Assent

v0.1.4

Assent v0.1.4 Assent.Strategy.AzureAD View Source

Azure Active Directory OpenID Connect strategy.

Configuration

  • :client_id - The OAuth2 client id, required
  • :tenant_id - The Azure tenant ID, optional, defaults to common
  • :nonce - The session based nonce, required
  • :resource - The Azure resource, optional, defaults to https://graph.microsoft.com/

See Assent.Strategy.OIDC for more.

Nonce

You must provide a :nonce in your config when calling authorize_url/1. :nonce will be returned in the :session_params along with :state. You can use this to store the value in the current session e.g. a HTTPOnly session cookie.

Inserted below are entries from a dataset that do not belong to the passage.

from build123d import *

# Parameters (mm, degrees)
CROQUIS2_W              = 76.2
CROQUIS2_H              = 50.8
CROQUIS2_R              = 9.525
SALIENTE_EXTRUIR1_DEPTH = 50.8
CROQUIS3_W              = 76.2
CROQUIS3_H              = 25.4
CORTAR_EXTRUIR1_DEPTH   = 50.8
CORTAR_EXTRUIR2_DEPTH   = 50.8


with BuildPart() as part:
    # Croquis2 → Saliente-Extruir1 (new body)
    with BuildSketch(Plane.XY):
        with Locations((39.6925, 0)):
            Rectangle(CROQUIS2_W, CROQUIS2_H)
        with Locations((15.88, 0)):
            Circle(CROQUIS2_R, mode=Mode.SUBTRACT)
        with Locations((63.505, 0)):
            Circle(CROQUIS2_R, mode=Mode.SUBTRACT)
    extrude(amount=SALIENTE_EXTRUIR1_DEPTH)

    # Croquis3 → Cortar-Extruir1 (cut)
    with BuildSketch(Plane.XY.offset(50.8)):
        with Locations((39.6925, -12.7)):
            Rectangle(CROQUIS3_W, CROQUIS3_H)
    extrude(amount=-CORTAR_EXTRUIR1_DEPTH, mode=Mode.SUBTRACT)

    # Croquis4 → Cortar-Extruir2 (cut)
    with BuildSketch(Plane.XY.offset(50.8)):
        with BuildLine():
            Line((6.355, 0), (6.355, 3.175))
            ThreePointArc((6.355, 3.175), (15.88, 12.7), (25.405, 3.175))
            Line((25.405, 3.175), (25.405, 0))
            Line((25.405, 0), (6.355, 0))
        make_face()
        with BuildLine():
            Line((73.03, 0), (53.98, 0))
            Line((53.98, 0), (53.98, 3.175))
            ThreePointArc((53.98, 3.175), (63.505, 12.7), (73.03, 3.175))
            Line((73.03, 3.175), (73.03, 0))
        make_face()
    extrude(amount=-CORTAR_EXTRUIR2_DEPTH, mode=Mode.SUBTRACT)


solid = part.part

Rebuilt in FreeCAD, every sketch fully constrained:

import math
import FreeCAD as App
import Part
import Sketcher
Q = App.Units.Quantity

doc = App.newDocument("Part")
body = doc.addObject("PartDesign::Body", "Body")

# Sketch on XY plane
sketch1 = doc.addObject("Sketcher::SketchObject", "Sketch")
body.addObject(sketch1)
sketch1.AttachmentSupport = (doc.XY_Plane, [""])
sketch1.MapMode = "FlatFace"
sketch1.addGeometry([
    Part.LineSegment(App.Vector(2, 25, 0), App.Vector(2, -25, 0)),  # 0
    Part.LineSegment(App.Vector(2, -25, 0), App.Vector(78, -25, 0)),  # 1
    Part.LineSegment(App.Vector(78, -25, 0), App.Vector(78, 25, 0)),  # 2
    Part.LineSegment(App.Vector(78, 25, 0), App.Vector(2, 25, 0)),  # 3
    Part.Circle(App.Vector(16, 0, 0), App.Vector(0, 0, 1), 10),  # 4
    Part.Circle(App.Vector(64, 0, 0), App.Vector(0, 0, 1), 10),  # 5
], False)
sketch1.addConstraint([
    Sketcher.Constraint("Coincident", 0, 2, 1, 1),
    Sketcher.Constraint("Coincident", 1, 2, 2, 1),
    Sketcher.Constraint("Coincident", 2, 2, 3, 1),
    Sketcher.Constraint("Coincident", 3, 2, 0, 1),
    Sketcher.Constraint("Vertical", 0),
    Sketcher.Constraint("Horizontal", 1),
    Sketcher.Constraint("Vertical", 2),
    Sketcher.Constraint("Horizontal", 3),
    Sketcher.Constraint("Equal", 4, 5),
    Sketcher.Constraint("PointOnObject", 4, 3, -1),
    Sketcher.Constraint("PointOnObject", 5, 3, -1),
    Sketcher.Constraint("Diameter", 4, Q("0.75 in")),
    Sketcher.Constraint("DistanceX", 1, 1, 1, 2, Q("3 in")),
    Sketcher.Constraint("DistanceY", 0, 2, 0, 1, Q("2 in")),
    Sketcher.Constraint("DistanceY", 0, 2, -1, 1, Q("1 in")),
    Sketcher.Constraint("DistanceX", 4, 3, 5, 3, Q("1.875 in")),
    Sketcher.Constraint("DistanceX", 0, 2, 4, 3, Q("0.5625 in")),
    Sketcher.Constraint("DistanceX", -1, 1, 4, 3, Q("15.88 mm")),
])
pad1 = doc.addObject("PartDesign::Pad", "Pad")
body.addObject(pad1)
pad1.Profile = sketch1
pad1.Length = Q("2 in")

# Sketch on XY plane
sketch2 = doc.addObject("Sketcher::SketchObject", "Sketch001")
body.addObject(sketch2)
sketch2.AttachmentSupport = (doc.XY_Plane, [""])
sketch2.MapMode = "FlatFace"
sketch2.AttachmentOffset = App.Placement(App.Vector(0, 0, 2 * 25.4), App.Rotation())
sketch2.addGeometry([
    Part.LineSegment(App.Vector(2, 0, 0), App.Vector(2, -25, 0)),
    Part.LineSegment(App.Vector(2, -25, 0), App.Vector(78, -25, 0)),
    Part.LineSegment(App.Vector(78, -25, 0), App.Vector(78, 0, 0)),
    Part.LineSegment(App.Vector(78, 0, 0), App.Vector(2, 0, 0)),
], False)
sketch2.addConstraint([
    Sketcher.Constraint("Coincident", 0, 2, 1, 1),
    Sketcher.Constraint("Coincident", 1, 2, 2, 1),
    Sketcher.Constraint("Coincident", 2, 2, 3, 1),
    Sketcher.Constraint("Coincident", 3, 2, 0, 1),
    Sketcher.Constraint("Vertical", 0),
    Sketcher.Constraint("Horizontal", 1),
    Sketcher.Constraint("Vertical", 2),
    Sketcher.Constraint("Horizontal", 3),
    Sketcher.Constraint("PointOnObject", 2, 2, -1),
    Sketcher.Constraint("DistanceX", 1, 1, 1, 2, Q("3 in")),
    Sketcher.Constraint("DistanceY", 0, 2, 0, 1, Q("1 in")),
    Sketcher.Constraint("DistanceX", -1, 1, 0, 2, Q("1.5925 mm")),
])
pocket1 = doc.addObject("PartDesign::Pocket", "Pocket")
body.addObject(pocket1)
pocket1.Profile = sketch2
pocket1.Length = Q("2 in")

# Sketch on XY plane
sketch3 = doc.addObject("Sketcher::SketchObject", "Sketch002")
body.addObject(sketch3)
sketch3.AttachmentSupport = (doc.XY_Plane, [""])
sketch3.MapMode = "FlatFace"
sketch3.AttachmentOffset = App.Placement(App.Vector(0, 0, 2 * 25.4), App.Rotation())
sketch3.addGeometry([
    Part.LineSegment(App.Vector(6.4, 3.2, 0), App.Vector(6.4, 0, 0)),  # 0
    Part.LineSegment(App.Vector(6.4, 0, 0), App.Vector(25.4, 0, 0)),  # 1
    Part.LineSegment(App.Vector(25.4, 0, 0), App.Vector(25.4, 3.2, 0)),  # 2
    Part.ArcOfCircle(Part.Circle(App.Vector(15.9, 3.2, 0), App.Vector(0, 0, 1), 9.5), math.radians(0), math.radians(180)),  # 3
    Part.LineSegment(App.Vector(54, 0, 0), App.Vector(73, 0, 0)),  # 4
    Part.LineSegment(App.Vector(73, 0, 0), App.Vector(73, 3.2, 0)),  # 5
    Part.ArcOfCircle(Part.Circle(App.Vector(63.5, 3.2, 0), App.Vector(0, 0, 1), 9.5), math.radians(0), math.radians(180)),  # 6
    Part.LineSegment(App.Vector(54, 3.2, 0), App.Vector(54, 0, 0)),  # 7
], False)
sketch3.addConstraint([
    Sketcher.Constraint("Coincident", 0, 2, 1, 1),
    Sketcher.Constraint("Coincident", 1, 2, 2, 1),
    Sketcher.Constraint("Tangent", 2, 2, 3, 1),
    Sketcher.Constraint("Tangent", 3, 2, 0, 1),
    Sketcher.Constraint("Coincident", 4, 2, 5, 1),
    Sketcher.Constraint("Tangent", 5, 2, 6, 1),
    Sketcher.Constraint("Tangent", 6, 2, 7, 1),
    Sketcher.Constraint("Coincident", 7, 2, 4, 1),
    Sketcher.Constraint("Vertical", 0),
    Sketcher.Constraint("Horizontal", 1),
    Sketcher.Constraint("Vertical", 2),
    Sketcher.Constraint("Horizontal", 4),
    Sketcher.Constraint("Vertical", 5),
    Sketcher.Constraint("Vertical", 7),
    Sketcher.Constraint("Equal", 3, 6),
    Sketcher.Constraint("PointOnObject", 0, 2, -1),
    Sketcher.Constraint("PointOnObject", 4, 2, -1),
    Sketcher.Constraint("Horizontal", 3, 3, 6, 3),
    Sketcher.Constraint("Radius", 3, Q("0.375 in")),
    Sketcher.Constraint("DistanceX", 1, 2, 6, 3, Q("1.5 in")),
    Sketcher.Constraint("DistanceY", 0, 2, 0, 1, Q("0.125 in")),
    Sketcher.Constraint("DistanceX", -1, 1, 3, 3, Q("15.88 mm")),
])
pocket2 = doc.addObject("PartDesign::Pocket", "Pocket001")
body.addObject(pocket2)
pocket2.Profile = sketch3
pocket2.Length = Q("2 in")

doc.recompute()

A random value generator could look like this:

16
|> :crypto.strong_rand_bytes()
|> Base.encode64(padding: false)

The :session_params should be fetched before the callback. See Assent.Strategy.OIDC.authorize_url/1 for more.

Usage 

config = [
  client_id: "REPLACE_WITH_CLIENT_ID",
  nonce: "DYNAMICALLY_REPLACE_WITH_SESSION_NONCE"
]

A tenant id can be set to limit scope of users who can get access (defaults to "common"):

config = [
  client_id: "REPLACE_WITH_CLIENT_ID",
  nonce: "DYNAMICALLY_REPLACE_WITH_SESSION_NONCE",
  tenant_id: "REPLACE_WITH_TENANT_ID"
]

The resource that client should pull a token for defaults to https://graph.microsoft.com/. It can be overridden with the resource key (or the authorization_params key):

config = [
  client_id: "REPLACE_WITH_CLIENT_ID",
  nonce: "DYNAMICALLY_REPLACE_WITH_SESSION_NONCE",
  tenant_id: "REPLACE_WITH_TENANT_ID",
  resource: "https://service.contoso.com/"
]

Setting up Azure AD

Login to Azure, and set up a new application: https://docs.microsoft.com/en-us/azure/active-directory/develop/v1-protocols-openid-connect-code#register-your-application-with-your-ad-tenant

  • client_id is the "Application ID".
  • The callback URL should be added to Redirect URI for the application.
  • "Sign in and read user profile" permission has to be enabled.

App ID URI for resource

To find the App ID URI to be used for resource, in the Azure Portal, click Azure Active Directory, click Application registrations, open the application's Settings page, then click Properties.